I *agree* with Tom Lane. Personally I am more concerned about
PostgreSQL running well on Linux (the platform I use) then I am about
being able to possibly win potential Windows installations. As far as
I am concerned my use of PostgreSQL on Linux gives me a competitive
advantage :). I see no reason to dumb down the Linux version of
PostgreSQL simply so that I can share the misery that a Windows user
has to face on a daily basis.

Besides which, directory symlinks actually do exist on Windows. I
have spent a bit of time playing with sysinternals 'junction' program,
and while not quite as cool as symlinks, it would certainly work.

Jason

#98Tom Lane
tgl@sss.pgh.pa.us
In reply to: Noname (#97)
Re: [HACKERS] Tablespaces

[ lots of opinions about depending on symlinks for tablespaces ]

One thing that I think hasn't been noted in this thread is that our
initial implementation won't bind us forever. If it becomes clear that
a symlink-based implementation has real problems, we can change it.
But if we spend extra effort to avoid symlinks from the start, we will
never know whether that effort was justified or wasted.

We have enough work to do to make tablespaces happen that I feel we
should take the path of least resistance to start with. I do not think
it would cost us much wasted effort if the decision proves out wrong.

regards, tom lane

#99Marko Karppinen
marko@karppinen.fi
In reply to: Bruce Momjian (#75)
Re: Tablespaces

On 3 March 2004, at 19:52, Bruce Momjian wrote:

The advantage of symlinks is that an administrator could see how things
are laid out from the command line.

One thing to keep in mind is that system administrators don't see
symlinks as being informational -- they see them as the actual UI
for the redirection in question. So their expectation is that they'll
be able to move the actual directory around at will (as long as they
update the symlink to match).

If symlinks are used, the rule of least surprise would mean that
no information whatsoever about the physical location of a tablespace
should be stored in the system catalogs. Otherwise their relationship
with the information stored in the symlink is ambiguous.

mk

#100Andrew Sullivan
ajs@crankycanuck.ca
In reply to: Marko Karppinen (#99)
Re: Tablespaces

On Mon, Mar 08, 2004 at 02:07:35AM +0200, Marko Karppinen wrote:

One thing to keep in mind is that system administrators don't see
symlinks as being informational -- they see them as the actual UI
for the redirection in question. So their expectation is that they'll
be able to move the actual directory around at will (as long as they
update the symlink to match).

This is a good point. It's worth keeping in mind, too, that in large
shops, the DBAs and the sysadmins often are in separate departments
with separate management, precisely because the database system has
traditionally been somewhat divorced from the OS (as an aside, I
suspect that this sort of separation is part of the reason for the
popularity of raw filesystems among DBAs.
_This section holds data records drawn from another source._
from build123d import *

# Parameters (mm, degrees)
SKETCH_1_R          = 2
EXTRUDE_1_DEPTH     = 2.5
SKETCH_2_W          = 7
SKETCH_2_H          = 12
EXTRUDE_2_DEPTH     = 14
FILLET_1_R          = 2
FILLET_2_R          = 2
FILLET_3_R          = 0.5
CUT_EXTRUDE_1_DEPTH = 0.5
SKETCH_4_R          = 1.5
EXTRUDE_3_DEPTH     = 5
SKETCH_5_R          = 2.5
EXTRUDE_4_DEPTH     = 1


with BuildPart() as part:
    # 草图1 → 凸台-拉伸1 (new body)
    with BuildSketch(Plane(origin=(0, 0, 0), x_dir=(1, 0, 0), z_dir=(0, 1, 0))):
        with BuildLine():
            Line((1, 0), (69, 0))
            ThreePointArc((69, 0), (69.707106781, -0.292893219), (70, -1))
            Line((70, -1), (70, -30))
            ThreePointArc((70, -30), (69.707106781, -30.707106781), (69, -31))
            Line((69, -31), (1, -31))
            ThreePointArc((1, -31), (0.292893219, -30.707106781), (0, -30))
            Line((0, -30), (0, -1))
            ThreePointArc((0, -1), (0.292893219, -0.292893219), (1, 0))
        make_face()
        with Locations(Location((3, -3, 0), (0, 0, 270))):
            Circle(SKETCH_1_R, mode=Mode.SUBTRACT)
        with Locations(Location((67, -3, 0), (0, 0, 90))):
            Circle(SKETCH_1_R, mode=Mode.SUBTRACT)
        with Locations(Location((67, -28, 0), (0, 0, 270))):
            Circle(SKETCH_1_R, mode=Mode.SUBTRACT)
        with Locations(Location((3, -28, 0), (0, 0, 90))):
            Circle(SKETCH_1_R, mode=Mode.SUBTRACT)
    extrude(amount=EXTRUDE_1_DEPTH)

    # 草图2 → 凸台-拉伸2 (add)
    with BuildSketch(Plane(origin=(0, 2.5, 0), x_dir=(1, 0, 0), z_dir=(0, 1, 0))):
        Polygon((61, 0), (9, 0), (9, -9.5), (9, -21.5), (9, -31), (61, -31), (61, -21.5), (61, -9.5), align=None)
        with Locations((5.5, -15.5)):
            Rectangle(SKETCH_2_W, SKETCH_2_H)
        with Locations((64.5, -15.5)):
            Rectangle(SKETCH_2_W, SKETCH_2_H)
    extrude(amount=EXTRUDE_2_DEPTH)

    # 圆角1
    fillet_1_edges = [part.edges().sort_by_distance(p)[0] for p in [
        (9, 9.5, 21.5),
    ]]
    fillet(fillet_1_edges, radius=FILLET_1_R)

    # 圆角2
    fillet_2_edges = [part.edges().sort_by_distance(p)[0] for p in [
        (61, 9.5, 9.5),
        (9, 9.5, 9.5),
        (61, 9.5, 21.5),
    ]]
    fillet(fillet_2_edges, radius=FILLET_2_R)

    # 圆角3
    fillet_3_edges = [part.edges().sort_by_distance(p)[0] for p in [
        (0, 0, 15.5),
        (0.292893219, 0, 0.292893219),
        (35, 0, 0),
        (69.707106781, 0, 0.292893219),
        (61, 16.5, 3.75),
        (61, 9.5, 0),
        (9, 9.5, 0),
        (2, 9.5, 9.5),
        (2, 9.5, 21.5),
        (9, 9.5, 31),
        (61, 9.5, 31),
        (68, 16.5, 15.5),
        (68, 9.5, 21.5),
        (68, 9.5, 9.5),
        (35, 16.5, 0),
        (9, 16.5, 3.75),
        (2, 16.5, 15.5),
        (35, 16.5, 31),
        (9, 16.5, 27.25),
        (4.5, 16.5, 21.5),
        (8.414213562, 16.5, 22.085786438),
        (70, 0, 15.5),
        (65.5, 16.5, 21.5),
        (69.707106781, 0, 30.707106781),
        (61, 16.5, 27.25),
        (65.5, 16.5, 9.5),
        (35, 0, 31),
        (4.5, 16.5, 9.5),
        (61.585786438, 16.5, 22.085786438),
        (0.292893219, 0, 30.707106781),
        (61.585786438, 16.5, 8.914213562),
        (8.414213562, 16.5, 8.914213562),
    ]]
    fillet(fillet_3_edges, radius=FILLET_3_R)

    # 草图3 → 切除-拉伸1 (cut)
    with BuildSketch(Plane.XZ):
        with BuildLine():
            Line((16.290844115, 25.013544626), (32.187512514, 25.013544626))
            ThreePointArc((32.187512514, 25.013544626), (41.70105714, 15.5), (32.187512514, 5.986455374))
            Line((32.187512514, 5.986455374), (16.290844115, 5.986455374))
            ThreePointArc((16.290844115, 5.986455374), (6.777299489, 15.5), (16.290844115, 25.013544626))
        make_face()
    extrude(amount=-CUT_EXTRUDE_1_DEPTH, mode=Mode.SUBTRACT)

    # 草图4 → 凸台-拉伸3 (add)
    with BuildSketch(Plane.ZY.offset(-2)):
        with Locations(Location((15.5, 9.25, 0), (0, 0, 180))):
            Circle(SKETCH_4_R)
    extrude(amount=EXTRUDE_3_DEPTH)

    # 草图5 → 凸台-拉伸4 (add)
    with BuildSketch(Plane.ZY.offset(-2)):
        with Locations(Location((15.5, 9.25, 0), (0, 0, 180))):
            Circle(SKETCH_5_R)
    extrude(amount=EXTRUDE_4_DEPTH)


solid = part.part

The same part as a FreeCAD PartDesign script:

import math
import FreeCAD as App
import Part
import Sketcher
Q = App.Units.Quantity


def edges_at(feature, points):
    """Names of the edges that pass closest to the given points."""
    edges = feature.Shape.Edges
    near = lambda p: min(range(len(edges)), key=lambda i: edges[i].distToShape(Part.Vertex(*p))[0])
    return sorted({f"Edge{near(p) + 1}" for p in points})


def add_polygon(sketch, points):
    """Adds a closed chain of lines whose ends are joined by coincident constraints."""
    first, n = sketch.GeometryCount, len(points)
    for a, b in zip(points, points[1:] + points[:1]):
        sketch.addGeometry(Part.LineSegment(App.Vector(*a, 0), App.Vector(*b, 0)), False)
    for i in range(n):
        sketch.addConstraint(Sketcher.Constraint("Coincident", first + i, 2, first + (i + 1) % n, 1))

doc = App.newDocument("Part")
body = doc.addObject("PartDesign::Body", "Body")

sketch1 = body.newObject("Sketcher::SketchObject", "Sketch")
sketch1.AttachmentSupport = (doc.getObject("XZ_Plane"), [""])
sketch1.MapMode = "FlatFace"
sketch1.addGeometry(Part.LineSegment(App.Vector(69, 0, 0), App.Vector(1, 0, 0)), False)
sketch1.addGeometry(Part.ArcOfCircle(Part.Circle(App.Vector(1, 1, 0), App.Vector(0, 0, 1), 1), math.radians(-180), math.radians(-90)), False)
sketch1.addGeometry(Part.LineSegment(App.Vector(0, 1, 0), App.Vector(0, 30, 0)), False)
sketch1.addGeometry(Part.ArcOfCircle(Part.Circle(App.Vector(1, 30, 0), App.Vector(0, 0, 1), 1), math.radians(90), math.radians(180)), False)
sketch1.addGeometry(Part.LineSegment(App.Vector(1, 31, 0), App.Vector(69, 31, 0)), False)
sketch1.addGeometry(Part.ArcOfCircle(Part.Circle(App.Vector(69, 30, 0), App.Vector(0, 0, 1), 1), math.radians(0), math.radians(90)), False)
sketch1.addGeometry(Part.LineSegment(App.Vector(70, 30, 0), App.Vector(70, 1, 0)), False)
sketch1.addGeometry(Part.ArcOfCircle(Part.Circle(App.Vector(69, 1, 0), App.Vector(0, 0, 1), 1), math.radians(-90), math.radians(0)), False)
sketch1.addGeometry(Part.Circle(App.Vector(67, 28, 0), App.Vector(0, 0, 1), 2), False)
sketch1.addGeometry(Part.Circle(App.Vector(3, 28, 0), App.Vector(0, 0, 1), 2), False)
sketch1.addGeometry(Part.Circle(App.Vector(67, 3, 0), App.Vector(0, 0, 1), 2), False)
sketch1.addGeometry(Part.Circle(App.Vector(3, 3, 0), App.Vector(0, 0, 1), 2), False)
sketch1.addConstraint(Sketcher.Constraint("Tangent", 0, 2, 1, 2))
sketch1.addConstraint(Sketcher.Constraint("Tangent", 1, 1, 2, 1))
sketch1.addConstraint(Sketcher.Constraint("Tangent", 2, 2, 3, 2))
sketch1.addConstraint(Sketcher.Constraint("Tangent", 3, 1, 4, 1))
sketch1.addConstraint(Sketcher.Constraint("Tangent", 4, 2, 5, 2))
sketch1.addConstraint(Sketcher.Constraint("Tangent", 5, 1, 6, 1))
sketch1.addConstraint(Sketcher.Constraint("Tangent", 6, 2, 7, 2))
sketch1.addConstraint(Sketcher.Constraint("Tangent", 7, 1, 0, 1))
sketch1.addConstraint(Sketcher.Constraint("Horizontal", 0))
sketch1.addConstraint(Sketcher.Constraint("Vertical", 2))
sketch1.addConstraint(Sketcher.Constraint("Horizontal", 4))
sketch1.addConstraint(Sketcher.Constraint("Vertical", 6))
sketch1.addConstraint(Sketcher.Constraint("Equal", 1, 3))
sketch1.addConstraint(Sketcher.Constraint("Equal", 3, 5))
sketch1.addConstraint(Sketcher.Constraint("Equal", 5, 7))
sketch1.addConstraint(Sketcher.Constraint("Equal", 8, 9))
sketch1.addConstraint(Sketcher.Constraint("Equal", 9, 10))
sketch1.addConstraint(Sketcher.Constraint("Equal", 10, 11))
sketch1.addConstraint(Sketcher.Constraint("PointOnObject", 0, 2, -1))
sketch1.addConstraint(Sketcher.Constraint("PointOnObject", 1, 1, -2))
sketch1.addConstraint(Sketcher.Constraint("Horizontal", 8, 3, 9, 3))
sketch1.addConstraint(Sketcher.Constraint("Horizontal", 10, 3, 11, 3))
sketch1.addConstraint(Sketcher.Constraint("Vertical", 8, 3, 10, 3))
sketch1.addConstraint(Sketcher.Constraint("Vertical", 9, 3, 11, 3))
sketch1.addConstraint(Sketcher.Constraint("Diameter", 8, Q("4 mm")))
sketch1.addConstraint(Sketcher.Constraint("Radius", 1, Q("1 mm")))
sketch1.addConstraint(Sketcher.Constraint("DistanceX", 0, 2, 0, 1, Q("68 mm")))
sketch1.addConstraint(Sketcher.Constraint("DistanceY", 2, 1, 2, 2, Q("29 mm")))
sketch1.addConstraint(Sketcher.Constraint("DistanceX", -1, 1, 8, 3, Q("67 mm")))
sketch1.addConstraint(Sketcher.Constraint("DistanceY", -1, 1, 8, 3, Q("28 mm")))
sketch1.addConstraint(Sketcher.Constraint("DistanceX", -1, 1, 9, 3, Q("3 mm")))
sketch1.addConstraint(Sketcher.Constraint("DistanceY", -1, 1, 10, 3, Q("3 mm")))
pad1 = body.newObject("PartDesign::Pad", "Pad")
pad1.Profile = sketch1
pad1.Length = 2.5
pad1.Reversed = True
Even if they didn't
provide better speed, it's just preferable not to have to involve
another department). System administrators in such places have been
known to decide to "reorganise the disks", assuming that the database
just has its own home. For such a sysadmin, a pile of symlinks would
be fair game for reorganisation.

A

--
Andrew Sullivan | ajs@crankycanuck.ca

#101Andreas Pflug
pgadmin@pse-consulting.de
In reply to: Andrew Sullivan (#100)
Re: Tablespaces

Andrew Sullivan wrote:

eorganise the disks", assuming that the database
just has its own home. For such a sysadmin, a pile of symlinks would
be fair game for reorganisation.

Please take into consideration that symlinks might be every day work for
*nix admins, but for win admins it's very uncommon. Additionally, win
admins are accustomed to gui tools, and many of them will stumble if
forced to use a command line. For worse, junctions are not
distinguishable in explorer; only the shell's dir command knows about
junctions. This obfuscation makes junctions quite a bad choice for admin
purposes.

IMHO there are only two viable options:
- no tablespaces for win32, i.e. recommend *ix for bigger installations
- a different tablespace storage approach., e.g. simple desktop links
(or alike) redirecting to a directory.

Regards,
Andreas

#102Bruce Momjian
pgman@candle.pha.pa.us
In reply to: Andrew Sullivan (#100)
Re: Tablespaces

Andrew Sullivan wrote:

On Mon, Mar 08, 2004 at 02:07:35AM +0200, Marko Karppinen wrote:

One thing to keep in mind is that system administrators don't see
symlinks as being informational -- they see them as the actual UI
for the redirection in question. So their expectation is that they'll
be able to move the actual directory around at will (as long as they
update the symlink to match).

This is a good point. It's worth keeping in mind, too, that in large
shops, the DBAs and the sysadmins often are in separate departments
with separate management, precisely because the database system has
traditionally been somewhat divorced from the OS (as an aside, I
suspect that this sort of separation is part of the reason for the
popularity of raw filesystems among DBAs. Even if they didn't
provide better speed, it's just preferable not to have to involve
another department). System administrators in such places have been
known to decide to "reorganise the disks", assuming that the database
just has its own home. For such a sysadmin, a pile of symlinks would
be fair game for reorganisation.

Agreed. I think the idea is to use lstat to query the symlink, rather
than storing that information in the database. My idea was to create an
lstat server-side function that could be used by pg_dump and friends.

-- 
  Bruce Momjian                        |  http://candle.pha.pa.us
  pgman@candle.pha.pa.us               |  (610) 359-1001
  +  If your life is a hard drive,     |  13 Roberts Road
  +  Christ can be your backup.        |  Newtown Square, Pennsylvania 19073
#103Simon Riggs
simon@2ndquadrant.com
In reply to: Tom Lane (#78)
Re: Out of space situation and WAL log pre-allocation (was Tablespaces)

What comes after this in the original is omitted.